(DATA PROVIDED Opens)

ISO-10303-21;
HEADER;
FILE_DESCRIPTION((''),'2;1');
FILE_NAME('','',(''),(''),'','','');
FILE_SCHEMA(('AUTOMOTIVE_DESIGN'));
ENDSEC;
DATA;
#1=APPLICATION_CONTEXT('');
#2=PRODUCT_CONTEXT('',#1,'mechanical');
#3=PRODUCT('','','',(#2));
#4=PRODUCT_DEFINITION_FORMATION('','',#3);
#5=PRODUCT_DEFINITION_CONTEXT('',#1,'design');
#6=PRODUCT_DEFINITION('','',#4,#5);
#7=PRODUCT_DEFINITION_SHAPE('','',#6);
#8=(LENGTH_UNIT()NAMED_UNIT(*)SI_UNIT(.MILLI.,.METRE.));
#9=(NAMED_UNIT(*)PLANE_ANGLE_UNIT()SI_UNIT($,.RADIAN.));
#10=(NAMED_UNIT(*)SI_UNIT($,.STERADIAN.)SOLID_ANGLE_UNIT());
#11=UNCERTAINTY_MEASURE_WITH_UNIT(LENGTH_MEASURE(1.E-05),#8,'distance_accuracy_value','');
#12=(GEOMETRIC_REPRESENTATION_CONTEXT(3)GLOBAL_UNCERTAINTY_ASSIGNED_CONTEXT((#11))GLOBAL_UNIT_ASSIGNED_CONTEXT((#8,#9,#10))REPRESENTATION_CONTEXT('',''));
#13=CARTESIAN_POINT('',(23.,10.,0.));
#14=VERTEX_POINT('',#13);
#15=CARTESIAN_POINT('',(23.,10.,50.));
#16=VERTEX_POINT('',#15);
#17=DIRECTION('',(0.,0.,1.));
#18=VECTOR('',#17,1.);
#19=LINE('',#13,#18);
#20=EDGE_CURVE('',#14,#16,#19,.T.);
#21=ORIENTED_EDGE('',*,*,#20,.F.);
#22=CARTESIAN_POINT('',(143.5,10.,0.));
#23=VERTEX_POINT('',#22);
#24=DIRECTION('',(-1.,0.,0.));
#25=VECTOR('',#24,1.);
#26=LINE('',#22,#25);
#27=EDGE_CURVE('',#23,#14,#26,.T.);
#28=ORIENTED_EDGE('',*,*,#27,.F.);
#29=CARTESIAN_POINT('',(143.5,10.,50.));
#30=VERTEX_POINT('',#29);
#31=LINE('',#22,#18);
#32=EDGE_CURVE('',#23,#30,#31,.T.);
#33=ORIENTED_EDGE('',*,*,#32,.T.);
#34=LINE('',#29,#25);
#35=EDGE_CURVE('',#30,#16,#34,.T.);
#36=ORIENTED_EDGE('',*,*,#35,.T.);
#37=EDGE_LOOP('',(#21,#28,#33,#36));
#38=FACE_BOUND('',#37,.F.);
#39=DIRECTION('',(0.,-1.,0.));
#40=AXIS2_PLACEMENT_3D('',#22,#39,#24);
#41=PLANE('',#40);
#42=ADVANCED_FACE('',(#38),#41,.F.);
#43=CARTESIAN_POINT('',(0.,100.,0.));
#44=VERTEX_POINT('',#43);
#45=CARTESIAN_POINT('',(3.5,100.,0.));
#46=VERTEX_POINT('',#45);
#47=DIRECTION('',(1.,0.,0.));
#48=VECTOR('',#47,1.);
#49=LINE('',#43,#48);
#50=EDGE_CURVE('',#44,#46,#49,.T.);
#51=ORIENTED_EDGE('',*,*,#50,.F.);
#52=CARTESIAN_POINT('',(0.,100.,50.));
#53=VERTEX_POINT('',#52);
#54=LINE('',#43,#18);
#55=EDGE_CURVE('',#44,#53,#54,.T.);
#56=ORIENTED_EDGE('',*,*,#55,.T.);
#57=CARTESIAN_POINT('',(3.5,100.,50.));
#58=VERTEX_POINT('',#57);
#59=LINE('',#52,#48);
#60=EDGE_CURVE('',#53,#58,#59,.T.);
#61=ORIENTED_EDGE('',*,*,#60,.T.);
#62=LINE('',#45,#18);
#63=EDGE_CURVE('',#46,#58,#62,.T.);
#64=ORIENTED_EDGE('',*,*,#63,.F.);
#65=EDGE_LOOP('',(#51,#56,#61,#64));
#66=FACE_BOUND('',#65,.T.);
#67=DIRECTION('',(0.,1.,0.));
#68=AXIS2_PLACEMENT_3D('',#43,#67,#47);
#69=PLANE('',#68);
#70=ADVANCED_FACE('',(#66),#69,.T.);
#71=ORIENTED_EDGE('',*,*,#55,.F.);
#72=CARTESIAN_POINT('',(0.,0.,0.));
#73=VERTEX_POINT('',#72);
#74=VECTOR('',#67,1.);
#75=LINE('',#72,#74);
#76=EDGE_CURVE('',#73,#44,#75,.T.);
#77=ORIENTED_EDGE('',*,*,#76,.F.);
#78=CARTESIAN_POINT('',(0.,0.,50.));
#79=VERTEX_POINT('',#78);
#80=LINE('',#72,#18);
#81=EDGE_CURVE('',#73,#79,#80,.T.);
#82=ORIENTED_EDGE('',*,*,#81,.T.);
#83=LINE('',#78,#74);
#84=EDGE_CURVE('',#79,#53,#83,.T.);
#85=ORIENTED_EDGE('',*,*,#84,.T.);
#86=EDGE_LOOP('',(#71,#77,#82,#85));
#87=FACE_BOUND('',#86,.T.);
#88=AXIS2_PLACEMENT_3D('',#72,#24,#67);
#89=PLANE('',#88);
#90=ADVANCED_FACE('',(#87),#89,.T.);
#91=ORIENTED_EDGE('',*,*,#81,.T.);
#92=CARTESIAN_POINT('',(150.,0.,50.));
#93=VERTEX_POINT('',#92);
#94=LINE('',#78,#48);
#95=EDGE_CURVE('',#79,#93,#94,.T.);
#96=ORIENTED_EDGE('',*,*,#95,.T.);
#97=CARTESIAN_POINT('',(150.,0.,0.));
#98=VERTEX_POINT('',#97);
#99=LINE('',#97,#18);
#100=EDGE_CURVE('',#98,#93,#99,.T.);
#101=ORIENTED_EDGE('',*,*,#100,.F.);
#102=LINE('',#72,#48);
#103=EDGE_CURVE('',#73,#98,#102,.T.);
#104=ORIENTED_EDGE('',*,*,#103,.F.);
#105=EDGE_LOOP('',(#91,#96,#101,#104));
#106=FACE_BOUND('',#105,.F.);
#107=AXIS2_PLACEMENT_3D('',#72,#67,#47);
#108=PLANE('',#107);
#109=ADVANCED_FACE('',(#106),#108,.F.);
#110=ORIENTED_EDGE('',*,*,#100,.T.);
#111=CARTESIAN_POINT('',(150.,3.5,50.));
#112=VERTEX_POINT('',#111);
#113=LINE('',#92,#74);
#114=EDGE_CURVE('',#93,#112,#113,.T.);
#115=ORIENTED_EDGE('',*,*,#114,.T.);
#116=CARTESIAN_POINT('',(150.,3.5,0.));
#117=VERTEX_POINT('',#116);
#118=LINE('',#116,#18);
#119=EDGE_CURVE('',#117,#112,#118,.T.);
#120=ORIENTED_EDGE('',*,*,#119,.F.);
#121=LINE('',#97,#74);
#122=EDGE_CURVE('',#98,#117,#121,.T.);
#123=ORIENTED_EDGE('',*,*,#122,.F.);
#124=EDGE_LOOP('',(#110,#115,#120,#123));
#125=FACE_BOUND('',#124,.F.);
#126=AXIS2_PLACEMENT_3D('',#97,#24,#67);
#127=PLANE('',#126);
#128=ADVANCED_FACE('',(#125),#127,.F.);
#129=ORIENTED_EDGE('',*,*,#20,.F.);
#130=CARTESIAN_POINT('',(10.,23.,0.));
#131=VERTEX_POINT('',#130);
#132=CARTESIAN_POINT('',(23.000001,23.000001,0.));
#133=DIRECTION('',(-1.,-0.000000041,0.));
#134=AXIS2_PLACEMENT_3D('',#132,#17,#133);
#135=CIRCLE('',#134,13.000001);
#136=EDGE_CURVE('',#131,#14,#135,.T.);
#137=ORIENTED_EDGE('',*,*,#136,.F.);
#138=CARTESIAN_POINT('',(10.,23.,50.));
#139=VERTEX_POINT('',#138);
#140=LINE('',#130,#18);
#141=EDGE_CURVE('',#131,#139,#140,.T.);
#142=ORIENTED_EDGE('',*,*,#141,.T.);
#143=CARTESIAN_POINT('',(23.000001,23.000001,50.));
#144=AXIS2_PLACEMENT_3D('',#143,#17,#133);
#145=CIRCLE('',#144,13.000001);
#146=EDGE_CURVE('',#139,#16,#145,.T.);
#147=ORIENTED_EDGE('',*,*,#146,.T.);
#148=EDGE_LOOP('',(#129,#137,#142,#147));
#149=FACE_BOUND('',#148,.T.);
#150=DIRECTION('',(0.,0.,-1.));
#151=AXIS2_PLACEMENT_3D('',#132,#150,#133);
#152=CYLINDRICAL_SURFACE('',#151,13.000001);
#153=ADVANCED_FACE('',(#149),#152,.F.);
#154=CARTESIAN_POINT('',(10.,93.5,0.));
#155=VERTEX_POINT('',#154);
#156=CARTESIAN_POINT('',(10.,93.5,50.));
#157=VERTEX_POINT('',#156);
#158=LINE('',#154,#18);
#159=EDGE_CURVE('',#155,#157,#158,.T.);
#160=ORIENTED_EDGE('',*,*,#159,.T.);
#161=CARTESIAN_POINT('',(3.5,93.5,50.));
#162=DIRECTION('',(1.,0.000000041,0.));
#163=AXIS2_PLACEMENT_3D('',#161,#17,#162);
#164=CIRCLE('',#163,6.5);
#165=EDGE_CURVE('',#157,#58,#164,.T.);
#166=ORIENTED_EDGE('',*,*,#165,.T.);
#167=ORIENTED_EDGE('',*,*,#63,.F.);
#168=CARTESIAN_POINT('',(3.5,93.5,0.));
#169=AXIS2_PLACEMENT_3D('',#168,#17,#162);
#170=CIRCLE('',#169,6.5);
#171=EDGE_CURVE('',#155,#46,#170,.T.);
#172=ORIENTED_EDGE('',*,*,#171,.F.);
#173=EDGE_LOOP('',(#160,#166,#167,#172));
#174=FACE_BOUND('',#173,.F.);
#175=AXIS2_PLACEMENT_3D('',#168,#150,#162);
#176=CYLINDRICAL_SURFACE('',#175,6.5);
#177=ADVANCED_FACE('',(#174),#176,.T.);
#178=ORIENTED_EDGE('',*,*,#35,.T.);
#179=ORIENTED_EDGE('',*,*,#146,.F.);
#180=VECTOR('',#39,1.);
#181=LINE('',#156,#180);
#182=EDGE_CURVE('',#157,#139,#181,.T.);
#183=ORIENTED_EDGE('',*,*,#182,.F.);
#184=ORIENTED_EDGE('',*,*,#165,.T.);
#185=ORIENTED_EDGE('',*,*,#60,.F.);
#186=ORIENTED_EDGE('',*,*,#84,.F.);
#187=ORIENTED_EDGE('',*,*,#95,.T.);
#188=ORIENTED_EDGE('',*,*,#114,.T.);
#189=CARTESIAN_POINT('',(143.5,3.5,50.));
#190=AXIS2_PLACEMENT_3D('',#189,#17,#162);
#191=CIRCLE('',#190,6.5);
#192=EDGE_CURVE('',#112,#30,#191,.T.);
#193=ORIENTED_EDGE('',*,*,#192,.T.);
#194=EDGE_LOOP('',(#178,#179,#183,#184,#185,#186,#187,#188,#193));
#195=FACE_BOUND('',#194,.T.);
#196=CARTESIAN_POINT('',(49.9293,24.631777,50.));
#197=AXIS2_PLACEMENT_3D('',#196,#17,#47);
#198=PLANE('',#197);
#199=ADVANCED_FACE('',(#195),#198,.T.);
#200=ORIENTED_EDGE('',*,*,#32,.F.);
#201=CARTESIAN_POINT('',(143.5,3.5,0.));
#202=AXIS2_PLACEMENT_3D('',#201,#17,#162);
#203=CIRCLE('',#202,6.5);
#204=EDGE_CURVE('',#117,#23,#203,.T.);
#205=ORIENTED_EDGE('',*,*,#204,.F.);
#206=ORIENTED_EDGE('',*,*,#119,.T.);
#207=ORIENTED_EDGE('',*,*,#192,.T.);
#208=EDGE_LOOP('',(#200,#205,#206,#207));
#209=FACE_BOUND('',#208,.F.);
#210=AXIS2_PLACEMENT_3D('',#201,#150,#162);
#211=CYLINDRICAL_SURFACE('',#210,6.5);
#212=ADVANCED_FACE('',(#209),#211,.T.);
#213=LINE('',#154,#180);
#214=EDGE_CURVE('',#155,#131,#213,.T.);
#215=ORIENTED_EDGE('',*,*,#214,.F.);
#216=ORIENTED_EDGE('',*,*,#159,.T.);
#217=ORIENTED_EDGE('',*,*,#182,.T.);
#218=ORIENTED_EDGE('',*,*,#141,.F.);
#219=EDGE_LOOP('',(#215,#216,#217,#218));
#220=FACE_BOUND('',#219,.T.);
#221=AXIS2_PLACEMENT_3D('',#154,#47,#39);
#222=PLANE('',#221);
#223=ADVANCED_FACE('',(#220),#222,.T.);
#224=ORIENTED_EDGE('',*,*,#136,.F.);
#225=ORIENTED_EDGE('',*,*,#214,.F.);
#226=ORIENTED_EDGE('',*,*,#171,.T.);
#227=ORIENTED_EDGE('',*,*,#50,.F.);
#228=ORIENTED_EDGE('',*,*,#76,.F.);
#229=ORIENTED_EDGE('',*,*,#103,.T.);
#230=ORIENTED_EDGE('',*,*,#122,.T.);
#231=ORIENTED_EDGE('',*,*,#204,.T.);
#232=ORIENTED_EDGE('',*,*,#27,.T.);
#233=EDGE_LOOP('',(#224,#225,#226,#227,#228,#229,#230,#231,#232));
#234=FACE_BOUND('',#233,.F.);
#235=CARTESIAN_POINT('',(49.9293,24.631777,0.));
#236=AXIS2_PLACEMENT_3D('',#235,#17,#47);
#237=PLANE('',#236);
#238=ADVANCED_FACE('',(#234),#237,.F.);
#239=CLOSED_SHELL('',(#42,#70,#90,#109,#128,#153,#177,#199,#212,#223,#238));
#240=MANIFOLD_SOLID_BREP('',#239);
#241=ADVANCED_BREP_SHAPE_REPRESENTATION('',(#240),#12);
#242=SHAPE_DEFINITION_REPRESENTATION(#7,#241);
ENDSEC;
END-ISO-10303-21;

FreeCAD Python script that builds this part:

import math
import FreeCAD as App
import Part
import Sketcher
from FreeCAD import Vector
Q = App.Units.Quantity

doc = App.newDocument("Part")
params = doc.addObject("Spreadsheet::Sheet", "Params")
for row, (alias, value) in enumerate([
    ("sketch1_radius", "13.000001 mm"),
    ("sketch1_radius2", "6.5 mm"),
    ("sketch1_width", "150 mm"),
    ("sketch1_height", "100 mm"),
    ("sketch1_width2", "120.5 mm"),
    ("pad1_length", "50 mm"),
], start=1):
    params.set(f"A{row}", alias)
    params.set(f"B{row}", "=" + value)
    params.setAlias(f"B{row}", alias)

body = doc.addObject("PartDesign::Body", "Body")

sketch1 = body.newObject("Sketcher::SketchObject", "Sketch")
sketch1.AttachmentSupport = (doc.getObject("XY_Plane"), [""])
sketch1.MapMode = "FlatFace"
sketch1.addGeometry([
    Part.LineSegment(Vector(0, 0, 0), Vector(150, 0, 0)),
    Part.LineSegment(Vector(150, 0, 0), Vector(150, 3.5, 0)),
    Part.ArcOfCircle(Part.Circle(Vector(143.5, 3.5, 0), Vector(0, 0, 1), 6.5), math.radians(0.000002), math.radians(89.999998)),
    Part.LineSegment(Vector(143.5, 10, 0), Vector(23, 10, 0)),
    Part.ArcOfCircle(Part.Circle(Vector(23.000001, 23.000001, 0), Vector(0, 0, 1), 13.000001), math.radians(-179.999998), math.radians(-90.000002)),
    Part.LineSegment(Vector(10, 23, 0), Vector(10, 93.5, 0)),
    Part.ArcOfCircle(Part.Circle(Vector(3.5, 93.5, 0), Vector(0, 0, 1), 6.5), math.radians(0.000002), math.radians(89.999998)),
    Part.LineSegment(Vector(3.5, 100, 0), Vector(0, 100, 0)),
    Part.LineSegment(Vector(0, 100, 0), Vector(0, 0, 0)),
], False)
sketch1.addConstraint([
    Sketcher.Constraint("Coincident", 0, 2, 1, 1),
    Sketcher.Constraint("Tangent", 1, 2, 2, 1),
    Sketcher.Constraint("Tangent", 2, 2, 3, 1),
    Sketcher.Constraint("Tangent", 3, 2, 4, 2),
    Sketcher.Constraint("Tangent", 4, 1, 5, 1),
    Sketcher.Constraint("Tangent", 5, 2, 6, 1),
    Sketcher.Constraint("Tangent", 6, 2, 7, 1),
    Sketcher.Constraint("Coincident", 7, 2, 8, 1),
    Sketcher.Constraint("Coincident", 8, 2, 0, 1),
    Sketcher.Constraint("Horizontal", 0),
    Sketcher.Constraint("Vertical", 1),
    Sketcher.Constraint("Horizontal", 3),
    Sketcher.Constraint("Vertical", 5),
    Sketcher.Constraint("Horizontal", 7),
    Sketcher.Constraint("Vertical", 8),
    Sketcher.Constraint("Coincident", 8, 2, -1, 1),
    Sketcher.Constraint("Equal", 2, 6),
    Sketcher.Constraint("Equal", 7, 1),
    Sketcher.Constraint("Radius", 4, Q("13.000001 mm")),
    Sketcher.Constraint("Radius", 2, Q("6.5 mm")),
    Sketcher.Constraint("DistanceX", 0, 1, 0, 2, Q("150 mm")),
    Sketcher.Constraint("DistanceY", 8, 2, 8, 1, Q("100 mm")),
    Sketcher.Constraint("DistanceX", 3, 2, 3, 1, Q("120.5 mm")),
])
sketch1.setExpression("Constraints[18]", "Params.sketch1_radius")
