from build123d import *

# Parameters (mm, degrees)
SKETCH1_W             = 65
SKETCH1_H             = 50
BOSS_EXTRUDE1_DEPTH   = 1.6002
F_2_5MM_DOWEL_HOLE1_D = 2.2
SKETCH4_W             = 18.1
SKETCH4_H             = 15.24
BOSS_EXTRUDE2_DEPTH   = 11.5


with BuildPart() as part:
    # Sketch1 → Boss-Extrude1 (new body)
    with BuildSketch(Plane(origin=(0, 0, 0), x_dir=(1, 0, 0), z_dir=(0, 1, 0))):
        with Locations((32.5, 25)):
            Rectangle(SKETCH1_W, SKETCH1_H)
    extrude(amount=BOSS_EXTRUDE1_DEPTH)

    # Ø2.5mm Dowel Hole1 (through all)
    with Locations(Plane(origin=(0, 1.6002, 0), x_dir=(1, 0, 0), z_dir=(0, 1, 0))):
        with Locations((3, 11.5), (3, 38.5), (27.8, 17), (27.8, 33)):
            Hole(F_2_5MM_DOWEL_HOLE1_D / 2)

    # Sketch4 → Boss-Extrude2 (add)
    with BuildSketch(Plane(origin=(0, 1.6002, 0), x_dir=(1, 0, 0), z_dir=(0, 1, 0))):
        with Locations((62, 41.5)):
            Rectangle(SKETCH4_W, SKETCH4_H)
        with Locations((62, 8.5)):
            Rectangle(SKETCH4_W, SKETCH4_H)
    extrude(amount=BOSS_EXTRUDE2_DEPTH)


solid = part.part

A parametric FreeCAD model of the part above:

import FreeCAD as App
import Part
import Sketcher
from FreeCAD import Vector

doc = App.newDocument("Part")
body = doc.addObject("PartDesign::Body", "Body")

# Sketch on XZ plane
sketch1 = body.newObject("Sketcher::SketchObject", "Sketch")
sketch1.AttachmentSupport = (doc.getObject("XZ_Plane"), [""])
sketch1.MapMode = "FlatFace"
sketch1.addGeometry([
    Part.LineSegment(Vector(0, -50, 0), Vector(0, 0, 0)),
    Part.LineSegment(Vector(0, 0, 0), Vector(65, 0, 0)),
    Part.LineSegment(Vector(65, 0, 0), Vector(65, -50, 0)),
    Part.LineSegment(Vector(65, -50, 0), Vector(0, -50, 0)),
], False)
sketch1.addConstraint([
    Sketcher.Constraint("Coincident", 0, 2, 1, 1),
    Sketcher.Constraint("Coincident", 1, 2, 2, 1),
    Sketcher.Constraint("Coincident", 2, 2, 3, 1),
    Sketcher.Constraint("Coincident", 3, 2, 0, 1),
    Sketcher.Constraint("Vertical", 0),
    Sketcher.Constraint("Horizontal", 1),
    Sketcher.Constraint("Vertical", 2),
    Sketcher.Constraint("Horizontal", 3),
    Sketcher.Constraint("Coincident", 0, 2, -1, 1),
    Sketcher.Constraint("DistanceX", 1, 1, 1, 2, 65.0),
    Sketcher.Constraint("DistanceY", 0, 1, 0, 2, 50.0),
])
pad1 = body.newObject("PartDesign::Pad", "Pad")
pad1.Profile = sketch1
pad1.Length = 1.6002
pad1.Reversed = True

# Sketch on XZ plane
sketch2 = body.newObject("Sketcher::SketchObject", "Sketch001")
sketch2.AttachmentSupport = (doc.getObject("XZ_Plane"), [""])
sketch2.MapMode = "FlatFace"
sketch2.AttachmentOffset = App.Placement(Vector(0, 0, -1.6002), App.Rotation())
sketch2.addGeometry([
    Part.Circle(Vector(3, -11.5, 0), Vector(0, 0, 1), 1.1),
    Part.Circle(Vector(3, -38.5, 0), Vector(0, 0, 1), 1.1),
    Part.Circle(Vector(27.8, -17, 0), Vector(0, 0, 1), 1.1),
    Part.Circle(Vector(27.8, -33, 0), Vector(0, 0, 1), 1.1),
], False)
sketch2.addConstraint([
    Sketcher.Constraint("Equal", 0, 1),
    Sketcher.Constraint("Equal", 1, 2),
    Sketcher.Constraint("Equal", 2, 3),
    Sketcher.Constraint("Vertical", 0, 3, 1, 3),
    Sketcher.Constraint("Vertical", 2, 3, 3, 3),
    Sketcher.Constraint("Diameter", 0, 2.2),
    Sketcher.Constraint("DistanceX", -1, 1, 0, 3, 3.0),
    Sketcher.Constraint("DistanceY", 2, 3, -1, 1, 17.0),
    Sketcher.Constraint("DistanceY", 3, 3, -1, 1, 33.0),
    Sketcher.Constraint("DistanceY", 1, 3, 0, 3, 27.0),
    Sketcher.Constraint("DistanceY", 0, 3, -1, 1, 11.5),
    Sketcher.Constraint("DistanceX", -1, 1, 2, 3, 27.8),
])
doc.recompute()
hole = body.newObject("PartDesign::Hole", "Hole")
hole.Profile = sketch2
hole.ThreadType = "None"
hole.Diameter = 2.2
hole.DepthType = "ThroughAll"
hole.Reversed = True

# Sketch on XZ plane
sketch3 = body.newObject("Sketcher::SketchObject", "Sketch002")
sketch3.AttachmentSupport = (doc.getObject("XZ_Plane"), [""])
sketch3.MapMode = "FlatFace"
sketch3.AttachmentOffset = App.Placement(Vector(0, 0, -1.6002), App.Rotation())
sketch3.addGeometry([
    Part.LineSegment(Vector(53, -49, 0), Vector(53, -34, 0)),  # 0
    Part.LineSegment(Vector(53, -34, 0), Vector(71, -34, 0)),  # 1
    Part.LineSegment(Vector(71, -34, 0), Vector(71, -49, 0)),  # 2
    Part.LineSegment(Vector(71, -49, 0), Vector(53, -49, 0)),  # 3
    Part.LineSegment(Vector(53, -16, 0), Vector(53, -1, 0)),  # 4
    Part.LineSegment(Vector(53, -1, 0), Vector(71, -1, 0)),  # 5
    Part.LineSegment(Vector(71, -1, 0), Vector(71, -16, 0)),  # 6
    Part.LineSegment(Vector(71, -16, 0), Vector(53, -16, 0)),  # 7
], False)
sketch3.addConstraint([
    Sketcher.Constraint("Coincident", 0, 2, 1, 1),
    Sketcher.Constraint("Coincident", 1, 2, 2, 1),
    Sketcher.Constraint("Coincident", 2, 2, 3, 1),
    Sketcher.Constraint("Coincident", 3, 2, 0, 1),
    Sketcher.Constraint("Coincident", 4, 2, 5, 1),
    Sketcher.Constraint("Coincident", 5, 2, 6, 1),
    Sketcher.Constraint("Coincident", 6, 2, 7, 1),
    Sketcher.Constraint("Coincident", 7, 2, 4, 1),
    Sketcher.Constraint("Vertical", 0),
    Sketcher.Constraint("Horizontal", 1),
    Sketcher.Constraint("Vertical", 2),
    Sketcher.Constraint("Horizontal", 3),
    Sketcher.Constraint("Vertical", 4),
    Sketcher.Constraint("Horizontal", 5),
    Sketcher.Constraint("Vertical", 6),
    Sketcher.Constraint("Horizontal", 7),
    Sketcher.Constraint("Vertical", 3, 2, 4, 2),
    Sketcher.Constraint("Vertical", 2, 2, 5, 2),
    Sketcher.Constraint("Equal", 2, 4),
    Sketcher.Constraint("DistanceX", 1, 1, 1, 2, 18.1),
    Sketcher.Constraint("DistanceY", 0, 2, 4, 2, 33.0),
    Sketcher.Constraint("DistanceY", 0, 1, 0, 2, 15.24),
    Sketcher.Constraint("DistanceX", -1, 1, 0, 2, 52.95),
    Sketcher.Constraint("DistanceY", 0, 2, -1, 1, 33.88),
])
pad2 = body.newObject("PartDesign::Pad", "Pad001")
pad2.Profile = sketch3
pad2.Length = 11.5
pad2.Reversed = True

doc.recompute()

(DATA PROVIDED Closes)

▶ [WHAT THE TASK ASKS] Copy out each line of the listing that holds "Locations".

▶ [ANSWER]
        with Locations((32.5, 25)):
    with Locations(Plane(origin=(0, 1.6002, 0), x_dir=(1, 0, 0), z_dir=(0, 1, 0))):
        with Locations((3, 11.5), (3, 38.5), (27.8, 17), (27.8, 33)):
        with Locations((62, 41.5)):
        with Locations((62, 8.5)):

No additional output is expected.